Не мудрено, что монастыри издревле гнездились здесь, по теплым скалам юга. Впрочем, имя Чолмекчи — далеко не монастырское. Строго говоря, Чолмекчи значит Тюильри. Чолмекчи по-татарски — черепичный или горшечный завод.

Когда он был, трудно догадаться, хотя следов завода много, и находимые остатки посуды совершенно схожи с амфорами и другими, столь известными сосудами древних греков.

Вставать надо рано, иначе пропадешь от жару; несмотря на море, несмотря на леса и высокие горы, жарко здесь на каменном берегу. Все камень — берег, дороги, гора, виноградник; когда разденешься, чтобы лезть в море, босой ноге нет сил выдержать прикосновение горячих голышей. Точно ступаешь на разожженные утюги. Никакая чаша вас не спасет, крымское солнце — не наше русское, да и крымские леса — не наши русские. На прибрежных горах, если они не подымаются в прохладный воздушный слой, как Кастель, дубы и вяз — карлики и уроды. Они худосочны, мелкорослы, искривлены, как семья несчастного пролетария, воспитавшаяся в лишениях всякого рода. Лист мелкий, сухой, сучки обращены в колючки; травы нигде нет, нигде мягкого чернозема или даже глины, где бы можно было уставшему пешеходу растянуться, по русскому обычаю, руки под голову, носом кверху.

Как иногда просится тело, измученное карабканьем по горам, на зеленую постель, но, кроме камней да черепков, ничего не отыщете; лучше и не ложитесь, даже и не садитесь.

Вся растительность — растительность пустыни — пахнет Палестиною и Синаем.

Смолистые теребинты, сухие венки тамариска, неизбежное держи-дерево, на котором больше иголок, чем листьев, и которое многие считают за те именно тернии, из которых был сплетен венец Христа, — шиповник, ежевика, боярышник да мушмула — вот кусты и деревья морского берега.
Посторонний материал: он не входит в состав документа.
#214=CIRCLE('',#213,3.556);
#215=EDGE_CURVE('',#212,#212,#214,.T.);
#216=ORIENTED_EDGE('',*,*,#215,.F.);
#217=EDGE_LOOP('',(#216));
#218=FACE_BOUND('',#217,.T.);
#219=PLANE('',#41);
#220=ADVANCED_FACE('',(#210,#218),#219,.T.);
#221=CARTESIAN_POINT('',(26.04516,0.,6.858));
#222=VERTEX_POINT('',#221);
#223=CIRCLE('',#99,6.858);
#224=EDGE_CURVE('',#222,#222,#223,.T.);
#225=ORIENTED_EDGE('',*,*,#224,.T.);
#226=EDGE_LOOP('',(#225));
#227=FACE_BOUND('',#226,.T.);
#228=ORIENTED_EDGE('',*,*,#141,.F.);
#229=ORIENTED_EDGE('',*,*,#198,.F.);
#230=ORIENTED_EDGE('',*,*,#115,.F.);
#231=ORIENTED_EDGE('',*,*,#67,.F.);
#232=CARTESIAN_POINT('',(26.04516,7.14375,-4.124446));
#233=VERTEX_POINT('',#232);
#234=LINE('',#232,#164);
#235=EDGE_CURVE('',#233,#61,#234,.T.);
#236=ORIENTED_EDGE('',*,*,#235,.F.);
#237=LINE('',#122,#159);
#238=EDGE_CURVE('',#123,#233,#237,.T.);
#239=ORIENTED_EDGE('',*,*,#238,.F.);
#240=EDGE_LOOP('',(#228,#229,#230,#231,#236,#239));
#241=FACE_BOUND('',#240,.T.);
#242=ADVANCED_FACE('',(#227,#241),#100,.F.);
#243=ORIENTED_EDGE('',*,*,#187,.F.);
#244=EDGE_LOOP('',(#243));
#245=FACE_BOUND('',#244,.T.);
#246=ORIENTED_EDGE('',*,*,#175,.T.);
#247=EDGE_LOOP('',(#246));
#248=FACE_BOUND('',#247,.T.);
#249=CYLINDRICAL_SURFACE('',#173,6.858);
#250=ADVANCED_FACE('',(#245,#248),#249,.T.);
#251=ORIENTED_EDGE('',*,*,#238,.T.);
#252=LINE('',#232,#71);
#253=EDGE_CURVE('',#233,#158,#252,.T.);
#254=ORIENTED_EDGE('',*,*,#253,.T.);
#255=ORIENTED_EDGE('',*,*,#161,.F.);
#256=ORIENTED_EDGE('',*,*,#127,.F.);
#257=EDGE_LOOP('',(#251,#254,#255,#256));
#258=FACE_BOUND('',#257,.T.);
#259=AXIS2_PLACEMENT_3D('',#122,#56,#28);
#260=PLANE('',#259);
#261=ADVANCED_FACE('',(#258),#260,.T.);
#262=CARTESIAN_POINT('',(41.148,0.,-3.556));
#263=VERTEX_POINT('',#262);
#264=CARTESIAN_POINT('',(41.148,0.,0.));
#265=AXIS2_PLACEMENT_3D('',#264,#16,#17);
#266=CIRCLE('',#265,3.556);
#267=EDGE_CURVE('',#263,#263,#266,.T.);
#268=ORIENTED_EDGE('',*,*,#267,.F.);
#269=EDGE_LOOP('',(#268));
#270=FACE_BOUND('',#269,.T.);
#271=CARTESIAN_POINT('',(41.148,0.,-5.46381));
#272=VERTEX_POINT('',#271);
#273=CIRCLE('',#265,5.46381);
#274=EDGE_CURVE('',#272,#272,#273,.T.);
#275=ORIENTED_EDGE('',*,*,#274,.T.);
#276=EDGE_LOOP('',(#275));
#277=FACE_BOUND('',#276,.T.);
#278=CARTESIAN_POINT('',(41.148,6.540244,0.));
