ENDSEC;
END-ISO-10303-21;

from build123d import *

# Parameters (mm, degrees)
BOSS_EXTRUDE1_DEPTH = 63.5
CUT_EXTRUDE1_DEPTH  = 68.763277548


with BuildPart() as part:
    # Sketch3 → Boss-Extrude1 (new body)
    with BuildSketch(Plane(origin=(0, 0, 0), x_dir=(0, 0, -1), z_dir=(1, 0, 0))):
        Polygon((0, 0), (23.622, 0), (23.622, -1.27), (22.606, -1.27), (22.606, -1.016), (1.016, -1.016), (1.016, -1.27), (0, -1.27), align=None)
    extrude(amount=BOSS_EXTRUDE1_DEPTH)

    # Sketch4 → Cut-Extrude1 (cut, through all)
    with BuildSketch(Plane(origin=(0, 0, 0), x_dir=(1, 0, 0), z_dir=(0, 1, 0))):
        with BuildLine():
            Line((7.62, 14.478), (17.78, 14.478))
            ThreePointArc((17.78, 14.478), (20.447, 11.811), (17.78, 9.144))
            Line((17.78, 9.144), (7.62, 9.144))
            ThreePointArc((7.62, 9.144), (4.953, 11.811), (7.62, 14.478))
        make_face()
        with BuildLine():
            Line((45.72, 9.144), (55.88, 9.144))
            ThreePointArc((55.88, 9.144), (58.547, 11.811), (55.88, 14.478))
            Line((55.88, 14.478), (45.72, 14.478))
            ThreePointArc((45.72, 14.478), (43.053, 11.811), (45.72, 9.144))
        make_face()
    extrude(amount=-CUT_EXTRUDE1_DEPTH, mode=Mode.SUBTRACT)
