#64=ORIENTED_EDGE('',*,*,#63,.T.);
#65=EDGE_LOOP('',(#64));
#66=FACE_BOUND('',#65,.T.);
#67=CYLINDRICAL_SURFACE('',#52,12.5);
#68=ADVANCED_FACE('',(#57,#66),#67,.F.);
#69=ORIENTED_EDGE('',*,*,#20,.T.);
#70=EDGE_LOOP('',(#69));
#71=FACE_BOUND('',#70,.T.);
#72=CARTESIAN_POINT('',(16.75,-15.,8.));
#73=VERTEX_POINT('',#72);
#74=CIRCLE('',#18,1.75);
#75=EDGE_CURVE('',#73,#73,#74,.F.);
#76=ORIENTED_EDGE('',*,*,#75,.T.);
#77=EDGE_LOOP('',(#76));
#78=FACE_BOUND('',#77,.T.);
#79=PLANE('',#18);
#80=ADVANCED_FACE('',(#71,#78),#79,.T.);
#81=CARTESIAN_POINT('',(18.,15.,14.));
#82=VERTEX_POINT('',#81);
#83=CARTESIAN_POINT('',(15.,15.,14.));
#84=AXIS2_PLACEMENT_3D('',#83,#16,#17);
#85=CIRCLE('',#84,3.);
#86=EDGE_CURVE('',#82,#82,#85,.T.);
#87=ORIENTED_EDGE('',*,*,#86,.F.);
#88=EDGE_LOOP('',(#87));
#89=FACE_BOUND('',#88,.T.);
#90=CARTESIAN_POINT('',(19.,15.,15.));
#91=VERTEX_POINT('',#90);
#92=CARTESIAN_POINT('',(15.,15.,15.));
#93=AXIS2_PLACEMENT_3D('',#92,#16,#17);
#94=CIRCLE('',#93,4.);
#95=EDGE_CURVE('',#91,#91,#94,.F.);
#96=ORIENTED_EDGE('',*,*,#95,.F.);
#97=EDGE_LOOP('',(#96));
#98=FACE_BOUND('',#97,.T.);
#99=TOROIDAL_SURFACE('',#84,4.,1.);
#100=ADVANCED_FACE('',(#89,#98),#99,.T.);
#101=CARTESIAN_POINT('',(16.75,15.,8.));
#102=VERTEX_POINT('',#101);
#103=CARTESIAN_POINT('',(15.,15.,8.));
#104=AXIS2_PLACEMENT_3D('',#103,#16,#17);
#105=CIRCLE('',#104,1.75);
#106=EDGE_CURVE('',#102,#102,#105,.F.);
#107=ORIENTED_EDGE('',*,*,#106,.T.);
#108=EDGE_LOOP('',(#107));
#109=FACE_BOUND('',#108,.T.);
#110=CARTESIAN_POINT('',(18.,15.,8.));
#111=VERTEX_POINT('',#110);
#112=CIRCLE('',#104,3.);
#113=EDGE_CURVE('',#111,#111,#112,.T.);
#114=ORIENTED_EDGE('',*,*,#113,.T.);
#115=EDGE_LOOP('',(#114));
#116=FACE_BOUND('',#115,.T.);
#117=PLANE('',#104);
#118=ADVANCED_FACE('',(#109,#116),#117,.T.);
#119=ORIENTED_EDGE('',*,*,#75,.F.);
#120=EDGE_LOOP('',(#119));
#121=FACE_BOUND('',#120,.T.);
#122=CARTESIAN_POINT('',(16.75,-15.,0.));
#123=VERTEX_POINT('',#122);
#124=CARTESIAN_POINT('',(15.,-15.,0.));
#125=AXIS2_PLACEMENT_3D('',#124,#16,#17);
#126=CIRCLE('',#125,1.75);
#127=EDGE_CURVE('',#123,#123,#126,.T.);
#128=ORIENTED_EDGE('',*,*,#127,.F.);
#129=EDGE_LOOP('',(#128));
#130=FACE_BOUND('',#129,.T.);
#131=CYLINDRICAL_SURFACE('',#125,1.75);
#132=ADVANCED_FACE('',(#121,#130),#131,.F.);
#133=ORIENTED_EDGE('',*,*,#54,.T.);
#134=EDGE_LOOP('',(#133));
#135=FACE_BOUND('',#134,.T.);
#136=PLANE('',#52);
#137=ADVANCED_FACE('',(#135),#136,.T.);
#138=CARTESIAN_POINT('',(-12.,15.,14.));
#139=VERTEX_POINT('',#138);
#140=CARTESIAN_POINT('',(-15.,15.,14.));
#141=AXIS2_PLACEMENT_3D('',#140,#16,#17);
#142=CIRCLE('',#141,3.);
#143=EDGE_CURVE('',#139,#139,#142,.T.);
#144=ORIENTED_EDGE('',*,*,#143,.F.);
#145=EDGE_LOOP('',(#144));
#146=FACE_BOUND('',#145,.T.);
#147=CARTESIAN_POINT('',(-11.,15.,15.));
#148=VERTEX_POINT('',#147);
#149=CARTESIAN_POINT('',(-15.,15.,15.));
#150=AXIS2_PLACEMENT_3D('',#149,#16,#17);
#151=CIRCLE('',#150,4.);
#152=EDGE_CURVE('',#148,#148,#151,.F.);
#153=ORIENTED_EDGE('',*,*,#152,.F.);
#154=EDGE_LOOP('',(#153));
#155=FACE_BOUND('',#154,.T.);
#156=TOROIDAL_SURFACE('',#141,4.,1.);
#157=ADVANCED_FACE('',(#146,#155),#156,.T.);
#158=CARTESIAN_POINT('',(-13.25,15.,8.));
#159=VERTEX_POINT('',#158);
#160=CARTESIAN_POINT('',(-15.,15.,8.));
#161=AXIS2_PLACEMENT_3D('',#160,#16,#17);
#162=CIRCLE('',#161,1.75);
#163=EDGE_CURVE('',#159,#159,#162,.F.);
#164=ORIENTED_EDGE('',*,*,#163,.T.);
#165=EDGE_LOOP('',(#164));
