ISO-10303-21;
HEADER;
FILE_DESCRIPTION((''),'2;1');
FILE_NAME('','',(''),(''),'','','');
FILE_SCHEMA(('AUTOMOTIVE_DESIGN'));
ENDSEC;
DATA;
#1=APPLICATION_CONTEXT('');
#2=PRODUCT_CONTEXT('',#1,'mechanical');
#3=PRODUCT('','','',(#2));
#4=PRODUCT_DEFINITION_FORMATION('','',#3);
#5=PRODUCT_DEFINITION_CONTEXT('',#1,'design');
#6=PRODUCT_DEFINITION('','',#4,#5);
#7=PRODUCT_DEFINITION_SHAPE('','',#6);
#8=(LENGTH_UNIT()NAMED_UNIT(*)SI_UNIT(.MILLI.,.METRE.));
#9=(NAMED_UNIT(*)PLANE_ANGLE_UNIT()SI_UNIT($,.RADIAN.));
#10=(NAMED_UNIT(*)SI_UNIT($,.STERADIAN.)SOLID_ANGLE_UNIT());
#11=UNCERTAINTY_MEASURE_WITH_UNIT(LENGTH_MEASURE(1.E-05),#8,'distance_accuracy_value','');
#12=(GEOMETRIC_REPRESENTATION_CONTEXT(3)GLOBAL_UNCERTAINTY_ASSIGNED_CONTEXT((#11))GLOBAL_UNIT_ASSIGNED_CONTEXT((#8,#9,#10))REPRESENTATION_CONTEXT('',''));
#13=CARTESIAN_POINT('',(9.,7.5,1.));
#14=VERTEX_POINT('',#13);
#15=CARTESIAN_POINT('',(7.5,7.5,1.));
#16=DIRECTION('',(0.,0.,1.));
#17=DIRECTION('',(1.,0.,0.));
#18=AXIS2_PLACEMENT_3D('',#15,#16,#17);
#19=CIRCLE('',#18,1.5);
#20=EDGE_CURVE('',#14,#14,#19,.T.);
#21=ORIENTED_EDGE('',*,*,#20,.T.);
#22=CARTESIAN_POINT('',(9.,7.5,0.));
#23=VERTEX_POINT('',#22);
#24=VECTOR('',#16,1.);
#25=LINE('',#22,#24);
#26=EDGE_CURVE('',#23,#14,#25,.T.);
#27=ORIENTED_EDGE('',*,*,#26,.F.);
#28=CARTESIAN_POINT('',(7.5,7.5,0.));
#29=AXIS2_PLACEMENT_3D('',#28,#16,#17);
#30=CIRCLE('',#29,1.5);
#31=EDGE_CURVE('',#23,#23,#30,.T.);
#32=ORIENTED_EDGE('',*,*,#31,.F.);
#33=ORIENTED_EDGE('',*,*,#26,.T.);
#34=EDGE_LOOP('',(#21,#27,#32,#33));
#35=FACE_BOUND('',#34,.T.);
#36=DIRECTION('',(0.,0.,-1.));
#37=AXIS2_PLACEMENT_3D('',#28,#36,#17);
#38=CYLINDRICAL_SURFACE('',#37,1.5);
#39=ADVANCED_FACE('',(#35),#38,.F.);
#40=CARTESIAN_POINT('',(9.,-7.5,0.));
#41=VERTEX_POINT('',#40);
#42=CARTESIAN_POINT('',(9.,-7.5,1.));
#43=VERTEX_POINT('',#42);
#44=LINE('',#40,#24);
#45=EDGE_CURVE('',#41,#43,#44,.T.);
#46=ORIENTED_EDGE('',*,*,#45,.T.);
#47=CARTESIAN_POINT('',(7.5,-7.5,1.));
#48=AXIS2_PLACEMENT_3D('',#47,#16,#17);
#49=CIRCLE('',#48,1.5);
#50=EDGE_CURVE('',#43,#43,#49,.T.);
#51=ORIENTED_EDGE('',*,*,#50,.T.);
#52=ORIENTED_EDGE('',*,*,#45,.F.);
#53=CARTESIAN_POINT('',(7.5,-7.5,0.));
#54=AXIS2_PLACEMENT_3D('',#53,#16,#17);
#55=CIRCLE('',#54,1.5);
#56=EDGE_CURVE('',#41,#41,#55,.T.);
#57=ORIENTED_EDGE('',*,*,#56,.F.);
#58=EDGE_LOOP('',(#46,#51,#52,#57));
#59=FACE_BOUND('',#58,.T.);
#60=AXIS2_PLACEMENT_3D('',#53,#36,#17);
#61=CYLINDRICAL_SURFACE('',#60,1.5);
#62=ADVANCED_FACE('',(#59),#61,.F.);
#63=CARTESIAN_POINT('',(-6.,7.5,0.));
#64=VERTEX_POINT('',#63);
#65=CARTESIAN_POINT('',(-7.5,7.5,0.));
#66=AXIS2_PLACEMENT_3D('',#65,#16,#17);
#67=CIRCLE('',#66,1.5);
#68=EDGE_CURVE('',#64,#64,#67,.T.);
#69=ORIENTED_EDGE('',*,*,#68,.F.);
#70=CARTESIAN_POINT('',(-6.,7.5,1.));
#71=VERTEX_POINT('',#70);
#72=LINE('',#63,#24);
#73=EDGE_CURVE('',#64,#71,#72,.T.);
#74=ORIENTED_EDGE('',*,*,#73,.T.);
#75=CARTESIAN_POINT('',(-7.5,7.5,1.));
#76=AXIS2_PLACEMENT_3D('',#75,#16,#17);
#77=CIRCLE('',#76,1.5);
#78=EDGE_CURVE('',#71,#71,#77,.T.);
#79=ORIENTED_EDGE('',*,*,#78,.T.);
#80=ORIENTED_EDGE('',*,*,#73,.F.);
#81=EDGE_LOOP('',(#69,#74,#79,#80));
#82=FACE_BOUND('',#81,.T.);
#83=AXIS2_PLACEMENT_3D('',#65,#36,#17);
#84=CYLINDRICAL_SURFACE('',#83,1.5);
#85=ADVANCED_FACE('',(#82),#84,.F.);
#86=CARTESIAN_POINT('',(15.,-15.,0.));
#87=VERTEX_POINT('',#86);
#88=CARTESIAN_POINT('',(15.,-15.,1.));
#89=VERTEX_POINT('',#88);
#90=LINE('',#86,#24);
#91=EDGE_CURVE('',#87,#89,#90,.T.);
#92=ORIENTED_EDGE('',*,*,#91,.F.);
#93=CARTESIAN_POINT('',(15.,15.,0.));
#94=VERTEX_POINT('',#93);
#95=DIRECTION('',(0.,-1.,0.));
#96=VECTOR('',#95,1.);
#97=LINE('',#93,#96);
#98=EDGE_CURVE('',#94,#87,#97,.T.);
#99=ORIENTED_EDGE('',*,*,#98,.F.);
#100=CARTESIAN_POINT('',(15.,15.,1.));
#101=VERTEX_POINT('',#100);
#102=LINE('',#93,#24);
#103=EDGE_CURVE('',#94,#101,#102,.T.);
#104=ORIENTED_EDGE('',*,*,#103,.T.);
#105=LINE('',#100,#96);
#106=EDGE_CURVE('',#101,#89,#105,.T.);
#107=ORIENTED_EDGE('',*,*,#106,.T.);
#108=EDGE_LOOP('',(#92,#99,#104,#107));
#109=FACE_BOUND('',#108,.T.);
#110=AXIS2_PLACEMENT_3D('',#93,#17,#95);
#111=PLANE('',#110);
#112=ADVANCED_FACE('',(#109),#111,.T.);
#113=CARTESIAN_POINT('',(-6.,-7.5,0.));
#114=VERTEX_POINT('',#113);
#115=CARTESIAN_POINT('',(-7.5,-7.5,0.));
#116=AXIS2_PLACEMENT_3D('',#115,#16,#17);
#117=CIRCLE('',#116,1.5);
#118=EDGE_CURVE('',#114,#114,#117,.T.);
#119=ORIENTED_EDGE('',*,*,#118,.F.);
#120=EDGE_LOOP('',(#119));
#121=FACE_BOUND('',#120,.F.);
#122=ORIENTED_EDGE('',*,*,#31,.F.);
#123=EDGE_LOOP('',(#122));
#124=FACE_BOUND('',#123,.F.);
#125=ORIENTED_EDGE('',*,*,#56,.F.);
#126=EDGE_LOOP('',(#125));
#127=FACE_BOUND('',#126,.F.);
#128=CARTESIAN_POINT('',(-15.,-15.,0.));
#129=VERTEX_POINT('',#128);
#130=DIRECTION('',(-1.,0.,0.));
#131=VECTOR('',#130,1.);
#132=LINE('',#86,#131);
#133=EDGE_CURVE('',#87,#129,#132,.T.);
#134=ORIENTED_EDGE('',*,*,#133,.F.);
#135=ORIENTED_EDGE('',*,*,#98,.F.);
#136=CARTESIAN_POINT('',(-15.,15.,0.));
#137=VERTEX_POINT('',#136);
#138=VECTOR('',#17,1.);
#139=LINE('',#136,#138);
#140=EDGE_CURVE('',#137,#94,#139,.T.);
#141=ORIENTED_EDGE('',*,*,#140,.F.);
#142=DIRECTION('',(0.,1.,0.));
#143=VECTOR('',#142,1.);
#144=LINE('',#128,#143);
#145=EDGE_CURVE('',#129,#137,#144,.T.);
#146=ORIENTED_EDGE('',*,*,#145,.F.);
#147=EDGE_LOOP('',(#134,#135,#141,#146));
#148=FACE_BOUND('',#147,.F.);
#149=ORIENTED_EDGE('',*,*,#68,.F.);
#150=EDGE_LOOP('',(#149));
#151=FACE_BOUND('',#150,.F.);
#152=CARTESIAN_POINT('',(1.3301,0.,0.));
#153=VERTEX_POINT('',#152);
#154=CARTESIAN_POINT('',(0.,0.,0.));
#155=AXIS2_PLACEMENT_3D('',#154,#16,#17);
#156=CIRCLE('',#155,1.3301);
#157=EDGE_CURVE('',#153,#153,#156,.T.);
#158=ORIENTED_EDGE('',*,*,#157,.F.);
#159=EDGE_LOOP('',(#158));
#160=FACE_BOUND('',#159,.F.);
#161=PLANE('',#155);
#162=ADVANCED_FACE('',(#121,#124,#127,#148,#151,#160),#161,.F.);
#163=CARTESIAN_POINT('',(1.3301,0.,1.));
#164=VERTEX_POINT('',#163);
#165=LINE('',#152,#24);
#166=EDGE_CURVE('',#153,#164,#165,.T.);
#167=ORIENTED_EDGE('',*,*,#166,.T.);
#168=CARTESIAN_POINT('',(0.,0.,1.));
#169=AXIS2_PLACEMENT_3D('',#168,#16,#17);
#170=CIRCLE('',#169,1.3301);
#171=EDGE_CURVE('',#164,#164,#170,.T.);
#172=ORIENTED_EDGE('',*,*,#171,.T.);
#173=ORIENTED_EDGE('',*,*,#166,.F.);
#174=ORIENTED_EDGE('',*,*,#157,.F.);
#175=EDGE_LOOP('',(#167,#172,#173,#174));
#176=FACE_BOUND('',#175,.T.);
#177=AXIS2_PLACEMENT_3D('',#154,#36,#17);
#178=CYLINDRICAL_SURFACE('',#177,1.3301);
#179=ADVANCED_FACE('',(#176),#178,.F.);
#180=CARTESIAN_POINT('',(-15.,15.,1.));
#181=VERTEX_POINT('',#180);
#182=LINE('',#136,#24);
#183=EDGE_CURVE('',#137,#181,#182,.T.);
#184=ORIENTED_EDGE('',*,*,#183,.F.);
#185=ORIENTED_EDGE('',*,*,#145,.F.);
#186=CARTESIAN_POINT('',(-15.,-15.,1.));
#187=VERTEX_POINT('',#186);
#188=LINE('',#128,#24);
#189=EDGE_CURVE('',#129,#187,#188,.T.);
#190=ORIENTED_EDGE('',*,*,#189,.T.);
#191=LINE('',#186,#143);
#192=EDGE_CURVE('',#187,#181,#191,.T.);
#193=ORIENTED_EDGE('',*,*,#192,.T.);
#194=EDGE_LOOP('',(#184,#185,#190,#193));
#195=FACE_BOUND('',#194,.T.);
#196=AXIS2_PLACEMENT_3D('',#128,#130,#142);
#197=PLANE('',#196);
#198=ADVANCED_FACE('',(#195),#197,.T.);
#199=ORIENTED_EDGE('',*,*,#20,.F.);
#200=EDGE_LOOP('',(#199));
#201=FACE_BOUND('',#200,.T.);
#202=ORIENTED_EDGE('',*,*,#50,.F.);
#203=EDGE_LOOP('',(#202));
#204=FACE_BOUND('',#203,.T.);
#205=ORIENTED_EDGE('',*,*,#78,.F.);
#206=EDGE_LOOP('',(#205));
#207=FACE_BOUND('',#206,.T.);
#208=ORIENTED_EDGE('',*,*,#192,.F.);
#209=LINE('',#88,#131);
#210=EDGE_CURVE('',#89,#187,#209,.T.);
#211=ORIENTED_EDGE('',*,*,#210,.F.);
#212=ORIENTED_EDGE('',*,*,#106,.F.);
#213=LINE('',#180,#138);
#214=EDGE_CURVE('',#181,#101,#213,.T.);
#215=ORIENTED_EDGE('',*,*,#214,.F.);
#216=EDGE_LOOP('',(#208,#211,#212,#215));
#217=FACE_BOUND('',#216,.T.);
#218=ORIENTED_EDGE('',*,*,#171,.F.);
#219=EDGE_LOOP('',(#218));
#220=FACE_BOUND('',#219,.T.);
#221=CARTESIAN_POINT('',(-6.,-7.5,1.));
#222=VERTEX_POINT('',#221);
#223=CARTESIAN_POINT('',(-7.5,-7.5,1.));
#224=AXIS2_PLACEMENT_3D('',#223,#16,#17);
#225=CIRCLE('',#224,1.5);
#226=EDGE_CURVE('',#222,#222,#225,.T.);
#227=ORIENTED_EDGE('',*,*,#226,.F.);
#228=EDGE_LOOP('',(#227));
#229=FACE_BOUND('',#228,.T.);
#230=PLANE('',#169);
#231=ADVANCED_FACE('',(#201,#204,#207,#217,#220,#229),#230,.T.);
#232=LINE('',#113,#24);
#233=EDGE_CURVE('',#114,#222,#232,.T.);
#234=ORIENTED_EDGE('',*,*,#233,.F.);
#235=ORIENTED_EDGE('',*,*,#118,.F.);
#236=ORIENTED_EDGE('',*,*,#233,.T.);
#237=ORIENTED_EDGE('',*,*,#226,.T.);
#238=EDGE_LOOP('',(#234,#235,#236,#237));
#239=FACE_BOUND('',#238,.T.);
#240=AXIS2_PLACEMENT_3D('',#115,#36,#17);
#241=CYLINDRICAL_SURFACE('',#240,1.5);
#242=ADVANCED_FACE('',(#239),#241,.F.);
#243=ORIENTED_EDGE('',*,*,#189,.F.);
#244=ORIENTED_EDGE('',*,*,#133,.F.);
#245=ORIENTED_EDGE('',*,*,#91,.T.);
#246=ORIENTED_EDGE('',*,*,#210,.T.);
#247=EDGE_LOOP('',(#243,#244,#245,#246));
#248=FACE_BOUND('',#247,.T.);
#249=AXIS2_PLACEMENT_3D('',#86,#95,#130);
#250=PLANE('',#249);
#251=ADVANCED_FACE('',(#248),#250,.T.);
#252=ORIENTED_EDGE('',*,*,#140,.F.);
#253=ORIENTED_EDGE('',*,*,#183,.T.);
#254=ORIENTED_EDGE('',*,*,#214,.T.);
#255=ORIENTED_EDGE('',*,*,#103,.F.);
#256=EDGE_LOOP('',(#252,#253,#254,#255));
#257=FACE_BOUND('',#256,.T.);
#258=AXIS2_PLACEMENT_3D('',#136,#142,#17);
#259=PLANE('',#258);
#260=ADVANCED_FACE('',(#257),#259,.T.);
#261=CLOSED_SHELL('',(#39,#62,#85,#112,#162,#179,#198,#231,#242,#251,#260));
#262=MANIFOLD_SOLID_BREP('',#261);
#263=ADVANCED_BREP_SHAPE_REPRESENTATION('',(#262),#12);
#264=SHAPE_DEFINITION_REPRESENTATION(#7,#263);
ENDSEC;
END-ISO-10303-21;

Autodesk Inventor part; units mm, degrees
ref_plane "YZ Plane" through (0, 0, 0) normal (1, 0, 0) x (0, 1, 0)
ref_plane "XZ Plane" through (0, 0, 0) normal (0, 1, 0) x (-1, 0, 0)
ref_plane "XY Plane" through (0, 0, 0) normal (0, 0, 1) x (1, 0, 0)
sketch "Skizze1" plane through (0, 0, 0) normal (0, 0, 1) x (1, 0, 0)
  line L0 (15, -15) -> (-15, -15)
  line L1 (-15, -15) -> (-15, 15)
  line L2 (-15, 15) -> (15, 15)
  line L3 (15, 15) -> (15, -15)
  line L4 (15, -15) -> (-15, 15) construction
  line L5 (-15, -15) -> (15, 15) construction
  line L6 (-7.5, -7.5) -> (7.5, -7.5) construction
  line L7 (7.5, -7.5) -> (7.5, 7.5) construction
  line L8 (7.5, 7.5) -> (-7.5, 7.5) construction
  line L9 (-7.5, 7.5) -> (-7.5, -7.5) construction
  line L10 (-7.5, -7.5) -> (7.5, 7.5) construction
  line L11 (7.5, -7.5) -> (-7.5, 7.5) construction
  circle A0 centre (-7.5, 7.5) radius 1.5
  circle A1 centre (7.5, 7.5) radius 1.5
  circle A2 centre (7.5, -7.5) radius 1.5
  circle A3 centre (-7.5, -7.5) radius 1.5
  circle A4 centre (0, 0) radius 1.3301
  dimension "d0" = 30
  dimension "d1" = 30
  dimension "d2" = 15
  dimension "d3" = 15
  dimension "d4" = 3
  dimension "d5" = 3
  dimension "d6" = 3
  dimension "d7" = 3
extrude "Extrusion1" add sketch "Skizze1" along normal blind 1
properties part number "00_Neopixel_4x4_Matrix"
Но по голышам, обливаемым морским прибоем, на почве, на которой не ожидаешь встретить никакого признака жизни, растут, между тем, сочные и толстые стебли glaucium'a с яркими желтыми цветами, молочай особого рода, тоже очень жирный и кустистый; немного повыше по обрывам скал, кустятся ярко-зеленые букеты кермека, стелются длинные плети каперсов с их великолепными белыми цветами и еще более великолепными зелеными плодами с мякотью, малиновою как кармин.